Personalmente ritengo che, se non si accetta l’ipotesi di quei commentatori, con quell’andarsene e nascondersi ai loro occhi, Gesù abbia voluto dare un’anticipazione di ciò che sarebbe avvenuto, nella speranza che quegli ultimi contenuti esposti lasciassero un segno. Resta comunque una questione aperta, perché riesce difficile, nel capitolo 11 di Giovanni, trovare un punto in cui il discorso di Gesù possa venire interrotto e ripreso in un altro momento con lo stesso tema, alla fine del giorno successivo.
Comunque, proprio la domanda del verso 34, “Come puoi dire che il Figlio dell’uomo deve venire innalzato?

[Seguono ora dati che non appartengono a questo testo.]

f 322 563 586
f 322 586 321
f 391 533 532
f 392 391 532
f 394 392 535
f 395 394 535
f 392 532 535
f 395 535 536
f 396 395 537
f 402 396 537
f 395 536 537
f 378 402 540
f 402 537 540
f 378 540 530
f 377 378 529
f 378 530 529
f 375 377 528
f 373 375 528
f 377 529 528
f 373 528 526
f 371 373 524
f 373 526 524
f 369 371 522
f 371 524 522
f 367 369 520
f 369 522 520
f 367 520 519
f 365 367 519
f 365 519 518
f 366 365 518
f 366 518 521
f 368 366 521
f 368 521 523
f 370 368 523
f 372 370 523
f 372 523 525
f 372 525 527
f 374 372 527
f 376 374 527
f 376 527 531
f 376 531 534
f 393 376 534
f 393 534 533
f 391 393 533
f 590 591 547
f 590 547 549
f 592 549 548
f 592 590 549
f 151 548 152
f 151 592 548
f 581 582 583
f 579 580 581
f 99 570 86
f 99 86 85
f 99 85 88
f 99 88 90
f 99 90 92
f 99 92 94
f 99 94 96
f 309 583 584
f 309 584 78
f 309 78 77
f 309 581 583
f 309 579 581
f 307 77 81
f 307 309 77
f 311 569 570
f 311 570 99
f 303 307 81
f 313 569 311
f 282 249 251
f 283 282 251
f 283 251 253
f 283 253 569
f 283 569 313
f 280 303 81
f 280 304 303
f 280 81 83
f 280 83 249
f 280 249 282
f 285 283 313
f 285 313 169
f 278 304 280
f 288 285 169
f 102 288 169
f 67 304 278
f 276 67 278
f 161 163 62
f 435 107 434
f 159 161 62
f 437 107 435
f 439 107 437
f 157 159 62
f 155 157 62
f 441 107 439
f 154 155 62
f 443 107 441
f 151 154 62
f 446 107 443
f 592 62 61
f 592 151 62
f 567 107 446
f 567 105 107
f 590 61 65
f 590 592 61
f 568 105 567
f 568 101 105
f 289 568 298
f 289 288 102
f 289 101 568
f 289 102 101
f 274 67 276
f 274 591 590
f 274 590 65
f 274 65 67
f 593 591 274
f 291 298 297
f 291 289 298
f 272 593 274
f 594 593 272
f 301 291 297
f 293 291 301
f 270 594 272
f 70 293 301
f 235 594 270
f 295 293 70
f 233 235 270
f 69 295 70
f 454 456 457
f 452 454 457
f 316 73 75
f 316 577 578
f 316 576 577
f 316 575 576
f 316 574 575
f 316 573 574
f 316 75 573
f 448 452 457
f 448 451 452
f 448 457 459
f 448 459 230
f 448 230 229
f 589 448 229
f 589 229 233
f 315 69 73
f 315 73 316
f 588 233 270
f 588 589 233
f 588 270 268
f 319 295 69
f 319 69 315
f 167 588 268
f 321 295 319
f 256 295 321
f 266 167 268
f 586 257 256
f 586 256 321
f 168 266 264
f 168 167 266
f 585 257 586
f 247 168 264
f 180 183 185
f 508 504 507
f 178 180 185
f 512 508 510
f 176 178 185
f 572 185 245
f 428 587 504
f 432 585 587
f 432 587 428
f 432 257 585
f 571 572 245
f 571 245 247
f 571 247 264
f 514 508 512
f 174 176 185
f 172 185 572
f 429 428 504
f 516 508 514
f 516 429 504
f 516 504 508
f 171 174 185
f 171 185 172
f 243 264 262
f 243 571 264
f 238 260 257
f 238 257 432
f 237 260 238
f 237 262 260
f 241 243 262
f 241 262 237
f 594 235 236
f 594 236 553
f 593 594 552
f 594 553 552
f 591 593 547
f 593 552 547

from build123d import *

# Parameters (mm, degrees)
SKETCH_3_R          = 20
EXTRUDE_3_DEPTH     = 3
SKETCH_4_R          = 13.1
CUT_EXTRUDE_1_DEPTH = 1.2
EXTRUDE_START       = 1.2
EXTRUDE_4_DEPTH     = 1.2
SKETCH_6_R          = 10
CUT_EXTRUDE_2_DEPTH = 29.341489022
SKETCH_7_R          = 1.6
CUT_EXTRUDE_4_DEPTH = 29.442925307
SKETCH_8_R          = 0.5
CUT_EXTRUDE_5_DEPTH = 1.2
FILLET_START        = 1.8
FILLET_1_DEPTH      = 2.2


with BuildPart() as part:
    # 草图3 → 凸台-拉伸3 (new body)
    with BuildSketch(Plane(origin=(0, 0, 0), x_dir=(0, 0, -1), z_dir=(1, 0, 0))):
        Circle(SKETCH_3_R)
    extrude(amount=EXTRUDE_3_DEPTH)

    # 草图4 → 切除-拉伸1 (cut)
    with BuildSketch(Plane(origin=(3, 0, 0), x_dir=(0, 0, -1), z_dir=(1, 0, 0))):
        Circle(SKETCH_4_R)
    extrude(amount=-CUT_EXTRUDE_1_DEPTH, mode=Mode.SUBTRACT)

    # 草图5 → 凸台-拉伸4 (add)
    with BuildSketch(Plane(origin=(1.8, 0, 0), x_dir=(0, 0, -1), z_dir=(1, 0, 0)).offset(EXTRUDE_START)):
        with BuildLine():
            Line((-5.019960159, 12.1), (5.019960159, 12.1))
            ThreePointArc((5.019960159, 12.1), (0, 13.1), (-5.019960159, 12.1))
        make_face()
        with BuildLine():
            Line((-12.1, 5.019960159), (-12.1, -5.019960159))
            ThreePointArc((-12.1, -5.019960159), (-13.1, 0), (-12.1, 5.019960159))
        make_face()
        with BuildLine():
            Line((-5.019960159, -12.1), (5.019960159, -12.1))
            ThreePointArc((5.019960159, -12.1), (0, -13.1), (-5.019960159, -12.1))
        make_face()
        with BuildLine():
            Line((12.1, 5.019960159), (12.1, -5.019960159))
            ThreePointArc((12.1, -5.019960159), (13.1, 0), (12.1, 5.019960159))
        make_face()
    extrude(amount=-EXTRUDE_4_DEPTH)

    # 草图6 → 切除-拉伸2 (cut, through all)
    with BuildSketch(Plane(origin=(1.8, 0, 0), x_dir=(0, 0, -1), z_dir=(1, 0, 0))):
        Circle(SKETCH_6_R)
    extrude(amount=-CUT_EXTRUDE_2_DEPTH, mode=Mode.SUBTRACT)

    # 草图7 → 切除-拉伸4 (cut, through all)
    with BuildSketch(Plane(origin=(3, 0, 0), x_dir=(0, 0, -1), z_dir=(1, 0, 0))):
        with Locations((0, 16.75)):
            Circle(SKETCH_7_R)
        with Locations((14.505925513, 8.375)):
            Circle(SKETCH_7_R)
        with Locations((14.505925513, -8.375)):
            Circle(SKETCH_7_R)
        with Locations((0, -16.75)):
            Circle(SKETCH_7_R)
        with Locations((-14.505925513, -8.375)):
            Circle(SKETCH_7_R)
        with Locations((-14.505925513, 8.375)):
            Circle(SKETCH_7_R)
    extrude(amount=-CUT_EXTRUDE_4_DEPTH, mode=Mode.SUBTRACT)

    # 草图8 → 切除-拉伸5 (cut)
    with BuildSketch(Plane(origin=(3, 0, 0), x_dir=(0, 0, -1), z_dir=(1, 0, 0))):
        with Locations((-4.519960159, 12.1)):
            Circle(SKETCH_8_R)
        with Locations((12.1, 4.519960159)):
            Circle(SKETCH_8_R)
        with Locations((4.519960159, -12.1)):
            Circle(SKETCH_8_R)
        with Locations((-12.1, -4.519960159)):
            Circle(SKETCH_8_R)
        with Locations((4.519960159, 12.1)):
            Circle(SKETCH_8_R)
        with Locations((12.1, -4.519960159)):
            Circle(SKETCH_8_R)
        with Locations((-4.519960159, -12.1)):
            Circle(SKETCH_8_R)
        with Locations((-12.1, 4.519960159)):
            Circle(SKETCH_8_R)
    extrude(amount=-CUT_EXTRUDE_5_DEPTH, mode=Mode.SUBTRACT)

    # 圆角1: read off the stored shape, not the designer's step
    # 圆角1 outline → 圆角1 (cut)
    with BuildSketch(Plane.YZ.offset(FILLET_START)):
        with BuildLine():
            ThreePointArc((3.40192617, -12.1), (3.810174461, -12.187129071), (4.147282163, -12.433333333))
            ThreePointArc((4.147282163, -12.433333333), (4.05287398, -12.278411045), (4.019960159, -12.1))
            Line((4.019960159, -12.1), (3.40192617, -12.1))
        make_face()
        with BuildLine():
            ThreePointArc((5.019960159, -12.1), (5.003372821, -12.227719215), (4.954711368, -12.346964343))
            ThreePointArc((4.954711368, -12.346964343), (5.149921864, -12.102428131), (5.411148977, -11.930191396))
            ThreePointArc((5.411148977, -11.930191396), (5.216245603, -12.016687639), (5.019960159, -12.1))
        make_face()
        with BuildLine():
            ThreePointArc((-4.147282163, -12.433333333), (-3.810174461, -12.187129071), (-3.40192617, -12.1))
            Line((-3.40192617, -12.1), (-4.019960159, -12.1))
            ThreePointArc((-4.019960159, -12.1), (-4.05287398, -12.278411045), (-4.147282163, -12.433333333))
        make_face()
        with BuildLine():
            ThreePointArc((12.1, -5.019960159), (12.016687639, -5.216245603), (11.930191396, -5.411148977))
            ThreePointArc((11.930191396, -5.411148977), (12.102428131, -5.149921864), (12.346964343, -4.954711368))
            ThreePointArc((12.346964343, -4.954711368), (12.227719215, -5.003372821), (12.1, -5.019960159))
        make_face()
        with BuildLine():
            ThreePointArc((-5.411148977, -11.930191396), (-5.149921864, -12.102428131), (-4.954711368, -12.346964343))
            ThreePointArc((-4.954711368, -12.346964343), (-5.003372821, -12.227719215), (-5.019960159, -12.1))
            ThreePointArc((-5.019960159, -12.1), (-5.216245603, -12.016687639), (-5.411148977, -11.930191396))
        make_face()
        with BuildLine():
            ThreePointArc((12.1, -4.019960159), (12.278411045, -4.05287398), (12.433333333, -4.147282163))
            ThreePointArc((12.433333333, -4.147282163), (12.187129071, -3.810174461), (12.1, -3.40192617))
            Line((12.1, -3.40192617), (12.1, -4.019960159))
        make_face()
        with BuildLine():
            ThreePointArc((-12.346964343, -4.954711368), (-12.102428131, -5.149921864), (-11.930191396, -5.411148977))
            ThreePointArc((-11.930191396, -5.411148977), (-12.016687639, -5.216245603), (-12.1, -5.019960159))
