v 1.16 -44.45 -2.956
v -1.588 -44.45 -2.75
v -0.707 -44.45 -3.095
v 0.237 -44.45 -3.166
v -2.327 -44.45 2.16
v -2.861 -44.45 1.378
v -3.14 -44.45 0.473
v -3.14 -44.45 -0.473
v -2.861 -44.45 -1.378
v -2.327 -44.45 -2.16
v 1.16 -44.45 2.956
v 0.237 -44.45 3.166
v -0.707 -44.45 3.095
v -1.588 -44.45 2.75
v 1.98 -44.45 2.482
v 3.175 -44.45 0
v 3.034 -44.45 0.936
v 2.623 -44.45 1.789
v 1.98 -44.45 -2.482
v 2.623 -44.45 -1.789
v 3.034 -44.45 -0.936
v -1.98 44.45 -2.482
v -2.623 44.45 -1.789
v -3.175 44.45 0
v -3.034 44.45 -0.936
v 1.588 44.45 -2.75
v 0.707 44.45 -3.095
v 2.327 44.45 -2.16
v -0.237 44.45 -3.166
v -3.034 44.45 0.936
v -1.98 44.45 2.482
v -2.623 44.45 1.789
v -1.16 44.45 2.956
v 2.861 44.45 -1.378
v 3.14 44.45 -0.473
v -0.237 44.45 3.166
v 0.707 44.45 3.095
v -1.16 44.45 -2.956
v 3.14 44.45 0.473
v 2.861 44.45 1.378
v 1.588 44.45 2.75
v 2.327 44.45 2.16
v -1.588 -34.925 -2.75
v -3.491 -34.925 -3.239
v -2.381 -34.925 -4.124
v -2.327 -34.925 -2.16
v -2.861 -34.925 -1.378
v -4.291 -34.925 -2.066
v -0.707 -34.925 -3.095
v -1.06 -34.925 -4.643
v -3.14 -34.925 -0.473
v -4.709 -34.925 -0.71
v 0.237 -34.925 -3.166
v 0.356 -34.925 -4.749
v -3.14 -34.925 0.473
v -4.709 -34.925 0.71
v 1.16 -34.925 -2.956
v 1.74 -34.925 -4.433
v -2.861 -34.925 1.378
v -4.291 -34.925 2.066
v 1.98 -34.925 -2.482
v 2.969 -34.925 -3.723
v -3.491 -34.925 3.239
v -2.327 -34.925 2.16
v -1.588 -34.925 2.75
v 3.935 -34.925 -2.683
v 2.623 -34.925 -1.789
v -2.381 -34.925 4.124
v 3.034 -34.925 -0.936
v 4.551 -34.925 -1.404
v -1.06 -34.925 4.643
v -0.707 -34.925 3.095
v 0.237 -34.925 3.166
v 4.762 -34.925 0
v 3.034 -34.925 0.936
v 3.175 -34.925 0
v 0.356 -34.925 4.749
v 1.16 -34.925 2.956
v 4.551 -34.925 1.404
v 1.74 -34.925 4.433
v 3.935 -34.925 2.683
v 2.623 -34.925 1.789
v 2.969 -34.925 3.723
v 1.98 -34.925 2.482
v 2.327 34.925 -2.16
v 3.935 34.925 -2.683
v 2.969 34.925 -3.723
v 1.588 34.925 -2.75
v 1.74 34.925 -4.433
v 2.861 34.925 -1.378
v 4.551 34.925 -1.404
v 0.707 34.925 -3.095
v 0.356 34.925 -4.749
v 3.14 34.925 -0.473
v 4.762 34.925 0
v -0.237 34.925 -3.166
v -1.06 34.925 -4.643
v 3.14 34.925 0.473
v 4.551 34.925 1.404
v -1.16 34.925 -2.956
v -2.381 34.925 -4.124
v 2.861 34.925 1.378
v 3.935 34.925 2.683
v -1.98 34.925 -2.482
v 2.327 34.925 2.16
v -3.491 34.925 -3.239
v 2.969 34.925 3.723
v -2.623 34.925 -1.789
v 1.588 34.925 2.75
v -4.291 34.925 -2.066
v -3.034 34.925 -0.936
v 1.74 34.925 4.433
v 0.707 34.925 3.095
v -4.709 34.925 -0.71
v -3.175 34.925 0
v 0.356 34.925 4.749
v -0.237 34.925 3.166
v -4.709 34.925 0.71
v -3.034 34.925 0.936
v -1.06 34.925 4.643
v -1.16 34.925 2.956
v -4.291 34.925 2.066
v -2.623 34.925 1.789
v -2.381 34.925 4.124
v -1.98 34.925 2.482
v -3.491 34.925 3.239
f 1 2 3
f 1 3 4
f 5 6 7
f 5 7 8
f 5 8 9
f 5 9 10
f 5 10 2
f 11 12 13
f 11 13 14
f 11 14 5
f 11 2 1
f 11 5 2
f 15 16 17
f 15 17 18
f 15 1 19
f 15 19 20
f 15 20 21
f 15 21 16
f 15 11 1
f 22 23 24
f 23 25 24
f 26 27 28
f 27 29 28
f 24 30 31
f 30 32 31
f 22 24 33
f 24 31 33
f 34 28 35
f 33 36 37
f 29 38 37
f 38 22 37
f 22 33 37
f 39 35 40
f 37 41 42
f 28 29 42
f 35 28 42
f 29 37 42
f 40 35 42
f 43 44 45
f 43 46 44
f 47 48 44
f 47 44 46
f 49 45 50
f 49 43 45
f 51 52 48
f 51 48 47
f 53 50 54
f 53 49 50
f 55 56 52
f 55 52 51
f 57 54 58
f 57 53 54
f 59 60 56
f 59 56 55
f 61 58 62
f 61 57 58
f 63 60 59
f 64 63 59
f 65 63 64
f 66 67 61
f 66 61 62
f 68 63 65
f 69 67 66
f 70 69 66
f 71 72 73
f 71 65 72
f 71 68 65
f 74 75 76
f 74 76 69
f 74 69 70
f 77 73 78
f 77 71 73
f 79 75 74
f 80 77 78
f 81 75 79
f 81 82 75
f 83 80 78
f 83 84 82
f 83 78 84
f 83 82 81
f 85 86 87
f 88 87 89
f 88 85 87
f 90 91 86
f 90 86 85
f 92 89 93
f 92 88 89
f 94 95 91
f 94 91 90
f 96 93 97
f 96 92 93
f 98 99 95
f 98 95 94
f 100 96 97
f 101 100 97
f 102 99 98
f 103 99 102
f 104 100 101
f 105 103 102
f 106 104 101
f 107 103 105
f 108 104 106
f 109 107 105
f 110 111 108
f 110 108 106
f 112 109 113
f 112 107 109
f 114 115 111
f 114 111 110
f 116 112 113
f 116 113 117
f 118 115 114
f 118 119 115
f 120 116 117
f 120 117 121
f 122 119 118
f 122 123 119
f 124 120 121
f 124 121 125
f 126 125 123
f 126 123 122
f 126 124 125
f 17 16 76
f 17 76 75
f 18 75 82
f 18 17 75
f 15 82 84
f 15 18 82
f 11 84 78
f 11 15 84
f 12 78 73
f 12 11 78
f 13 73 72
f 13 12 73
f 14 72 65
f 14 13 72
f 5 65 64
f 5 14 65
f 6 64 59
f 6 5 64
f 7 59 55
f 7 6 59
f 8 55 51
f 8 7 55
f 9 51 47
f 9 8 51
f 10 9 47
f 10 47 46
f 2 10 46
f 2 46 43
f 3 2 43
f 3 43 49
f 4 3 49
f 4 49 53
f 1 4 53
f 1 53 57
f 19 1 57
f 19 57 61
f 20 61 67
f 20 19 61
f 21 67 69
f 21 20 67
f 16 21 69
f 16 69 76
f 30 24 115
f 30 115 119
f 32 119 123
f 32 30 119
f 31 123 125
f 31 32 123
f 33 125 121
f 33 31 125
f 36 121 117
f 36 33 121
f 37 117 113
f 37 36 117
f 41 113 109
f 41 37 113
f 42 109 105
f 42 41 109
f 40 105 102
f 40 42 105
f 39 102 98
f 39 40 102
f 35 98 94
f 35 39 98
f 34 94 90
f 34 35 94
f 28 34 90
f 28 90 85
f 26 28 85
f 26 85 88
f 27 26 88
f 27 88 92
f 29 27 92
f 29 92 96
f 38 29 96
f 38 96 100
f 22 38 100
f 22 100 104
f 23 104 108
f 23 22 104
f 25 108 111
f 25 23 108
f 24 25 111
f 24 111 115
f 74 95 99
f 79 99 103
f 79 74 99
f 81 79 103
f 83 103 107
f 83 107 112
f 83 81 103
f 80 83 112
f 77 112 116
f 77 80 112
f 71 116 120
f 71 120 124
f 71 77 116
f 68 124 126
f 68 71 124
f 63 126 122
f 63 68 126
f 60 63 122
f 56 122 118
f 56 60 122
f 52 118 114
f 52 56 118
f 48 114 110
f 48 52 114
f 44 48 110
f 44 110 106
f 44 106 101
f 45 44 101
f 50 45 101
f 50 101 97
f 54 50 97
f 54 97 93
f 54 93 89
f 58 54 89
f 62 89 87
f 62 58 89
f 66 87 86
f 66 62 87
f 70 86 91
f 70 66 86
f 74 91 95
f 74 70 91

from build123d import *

# Parameters (mm, degrees)
F0_R     = 4.7625
F1_DEPTH = 44.45
F2_R     = 6.35
F2_R_2   = 3.175
F3_DEPTH = 9.525
F4_R     = 6.35
F4_R_2   = 3.175
F5_DEPTH = 9.525


with BuildPart() as f1:
    # F0 (on Front) → F1 (new body, symmetric)
    with BuildSketch(Plane.XZ):
        Circle(F0_R)
    extrude(amount=F1_DEPTH, both=True)

    # F2 (on face) → F3 (cut)
    with BuildSketch(Plane.XZ.offset(44.45)):
        Circle(F2_R)
        Circle(F2_R_2, mode=Mode.SUBTRACT)
    extrude(amount=-F3_DEPTH, mode=Mode.SUBTRACT)

    # F4 (on face) → F5 (cut)
    with BuildSketch(Plane(origin=(0, 44.45, 0), x_dir=(-1, 0, 0), z_dir=(0, 1, 0))):
        Circle(F4_R)
        Circle(F4_R_2, mode=Mode.SUBTRACT)
    extrude(amount=-F5_DEPTH, mode=Mode.SUBTRACT)


solid = f1.part
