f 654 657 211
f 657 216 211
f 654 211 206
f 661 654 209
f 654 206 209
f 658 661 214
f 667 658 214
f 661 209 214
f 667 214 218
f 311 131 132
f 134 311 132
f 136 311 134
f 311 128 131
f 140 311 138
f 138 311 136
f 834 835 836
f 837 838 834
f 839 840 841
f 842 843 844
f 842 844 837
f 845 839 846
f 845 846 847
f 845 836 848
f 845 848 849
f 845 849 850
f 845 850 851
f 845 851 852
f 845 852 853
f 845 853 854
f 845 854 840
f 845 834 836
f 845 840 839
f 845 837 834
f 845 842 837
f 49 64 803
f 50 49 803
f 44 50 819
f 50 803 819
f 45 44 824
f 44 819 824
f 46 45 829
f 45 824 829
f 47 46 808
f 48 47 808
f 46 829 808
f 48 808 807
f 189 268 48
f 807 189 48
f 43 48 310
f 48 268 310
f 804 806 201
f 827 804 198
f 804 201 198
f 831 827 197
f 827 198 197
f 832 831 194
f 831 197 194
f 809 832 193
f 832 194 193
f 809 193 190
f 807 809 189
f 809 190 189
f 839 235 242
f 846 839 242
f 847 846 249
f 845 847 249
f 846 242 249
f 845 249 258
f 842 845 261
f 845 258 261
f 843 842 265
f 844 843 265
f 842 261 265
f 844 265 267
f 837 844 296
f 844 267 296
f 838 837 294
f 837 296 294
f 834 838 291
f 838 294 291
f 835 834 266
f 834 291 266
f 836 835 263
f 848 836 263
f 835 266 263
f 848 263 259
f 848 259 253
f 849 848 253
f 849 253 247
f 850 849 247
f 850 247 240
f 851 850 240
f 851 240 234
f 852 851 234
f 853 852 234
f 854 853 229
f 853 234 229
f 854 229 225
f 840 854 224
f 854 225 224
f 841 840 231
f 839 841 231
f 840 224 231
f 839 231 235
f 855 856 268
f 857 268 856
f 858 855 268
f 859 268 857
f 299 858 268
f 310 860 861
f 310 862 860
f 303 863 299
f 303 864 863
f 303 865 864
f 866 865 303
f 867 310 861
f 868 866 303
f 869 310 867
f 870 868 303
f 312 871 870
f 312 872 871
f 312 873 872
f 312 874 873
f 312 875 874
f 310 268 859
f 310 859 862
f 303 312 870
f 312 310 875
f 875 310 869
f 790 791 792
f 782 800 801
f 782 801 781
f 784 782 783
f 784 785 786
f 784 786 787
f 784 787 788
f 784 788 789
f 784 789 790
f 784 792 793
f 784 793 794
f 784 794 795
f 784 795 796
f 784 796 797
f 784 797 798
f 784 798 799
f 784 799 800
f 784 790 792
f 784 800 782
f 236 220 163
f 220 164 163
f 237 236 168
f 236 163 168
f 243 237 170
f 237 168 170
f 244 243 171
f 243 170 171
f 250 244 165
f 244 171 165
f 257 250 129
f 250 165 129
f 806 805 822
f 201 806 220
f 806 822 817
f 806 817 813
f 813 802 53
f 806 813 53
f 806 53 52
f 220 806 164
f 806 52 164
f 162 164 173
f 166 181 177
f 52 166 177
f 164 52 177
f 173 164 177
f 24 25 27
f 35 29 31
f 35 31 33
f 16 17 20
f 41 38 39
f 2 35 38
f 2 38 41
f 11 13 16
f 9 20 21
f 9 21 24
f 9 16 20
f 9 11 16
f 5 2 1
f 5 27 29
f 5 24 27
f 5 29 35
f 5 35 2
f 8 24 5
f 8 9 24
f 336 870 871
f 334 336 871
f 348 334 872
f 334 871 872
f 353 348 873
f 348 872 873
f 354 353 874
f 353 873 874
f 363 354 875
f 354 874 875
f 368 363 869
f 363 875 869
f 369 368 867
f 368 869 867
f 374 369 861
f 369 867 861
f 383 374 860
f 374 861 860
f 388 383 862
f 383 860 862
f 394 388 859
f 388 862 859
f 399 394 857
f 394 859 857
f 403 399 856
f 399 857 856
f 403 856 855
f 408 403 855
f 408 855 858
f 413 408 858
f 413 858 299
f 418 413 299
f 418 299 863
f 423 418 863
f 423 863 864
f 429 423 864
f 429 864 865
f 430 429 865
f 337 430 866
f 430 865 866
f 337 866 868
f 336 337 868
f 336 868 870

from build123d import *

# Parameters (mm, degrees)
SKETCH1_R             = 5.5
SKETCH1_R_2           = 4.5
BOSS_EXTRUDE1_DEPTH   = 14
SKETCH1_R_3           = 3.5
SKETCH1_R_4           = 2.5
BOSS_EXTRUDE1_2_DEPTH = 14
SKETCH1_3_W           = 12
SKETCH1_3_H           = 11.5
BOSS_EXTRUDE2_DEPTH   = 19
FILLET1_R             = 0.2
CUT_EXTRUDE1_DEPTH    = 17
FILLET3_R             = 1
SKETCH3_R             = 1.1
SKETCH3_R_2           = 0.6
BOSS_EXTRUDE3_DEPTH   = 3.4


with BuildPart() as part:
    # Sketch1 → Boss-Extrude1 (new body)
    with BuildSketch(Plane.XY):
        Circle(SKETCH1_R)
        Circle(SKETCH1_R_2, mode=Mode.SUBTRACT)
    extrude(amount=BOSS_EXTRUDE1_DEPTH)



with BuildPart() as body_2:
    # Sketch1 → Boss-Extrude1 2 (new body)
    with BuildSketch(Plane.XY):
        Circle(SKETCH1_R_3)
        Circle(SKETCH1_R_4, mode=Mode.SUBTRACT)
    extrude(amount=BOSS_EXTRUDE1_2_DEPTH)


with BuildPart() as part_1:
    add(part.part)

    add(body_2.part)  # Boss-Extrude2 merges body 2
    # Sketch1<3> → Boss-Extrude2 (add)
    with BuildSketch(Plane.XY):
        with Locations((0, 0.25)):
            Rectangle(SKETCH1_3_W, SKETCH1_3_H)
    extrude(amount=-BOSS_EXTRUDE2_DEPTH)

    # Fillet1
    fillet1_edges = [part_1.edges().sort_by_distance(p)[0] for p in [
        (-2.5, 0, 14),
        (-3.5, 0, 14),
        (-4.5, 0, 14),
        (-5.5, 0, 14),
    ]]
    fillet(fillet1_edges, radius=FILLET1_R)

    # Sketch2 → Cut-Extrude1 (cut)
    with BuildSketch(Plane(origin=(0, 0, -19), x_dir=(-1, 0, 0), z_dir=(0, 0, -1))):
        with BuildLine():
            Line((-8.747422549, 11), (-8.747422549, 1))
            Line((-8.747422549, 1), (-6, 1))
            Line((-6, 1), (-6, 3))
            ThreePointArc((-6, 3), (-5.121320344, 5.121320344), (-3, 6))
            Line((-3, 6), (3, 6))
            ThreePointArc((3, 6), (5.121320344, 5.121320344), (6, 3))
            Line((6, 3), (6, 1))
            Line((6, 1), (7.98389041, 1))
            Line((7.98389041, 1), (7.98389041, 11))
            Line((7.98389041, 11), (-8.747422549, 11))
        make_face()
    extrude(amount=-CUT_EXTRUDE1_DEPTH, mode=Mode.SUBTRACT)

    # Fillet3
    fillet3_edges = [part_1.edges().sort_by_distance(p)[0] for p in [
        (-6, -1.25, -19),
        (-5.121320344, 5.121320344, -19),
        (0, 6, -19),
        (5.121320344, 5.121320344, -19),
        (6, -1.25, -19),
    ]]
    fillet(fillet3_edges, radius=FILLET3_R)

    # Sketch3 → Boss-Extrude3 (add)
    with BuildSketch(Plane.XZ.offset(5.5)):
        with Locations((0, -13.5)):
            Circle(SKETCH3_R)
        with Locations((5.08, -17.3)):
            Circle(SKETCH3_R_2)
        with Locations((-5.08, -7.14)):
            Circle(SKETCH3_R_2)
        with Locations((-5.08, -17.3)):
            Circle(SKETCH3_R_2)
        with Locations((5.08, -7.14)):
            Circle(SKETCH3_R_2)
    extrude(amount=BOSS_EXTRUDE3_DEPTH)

Chi è questo figlio dell’uomo?” aveva già trovato una risposta prima, in Giovanni 8.28 quando fu detto “Quando avrete innalzato il Figlio dell’uomo – secondo Daniele 7.12-13 che abbiamo letto –, allora conoscerete che Io Sono e che non faccio nulla da me stesso, ma parlo come il Padre mi ha insegnato”. Amen.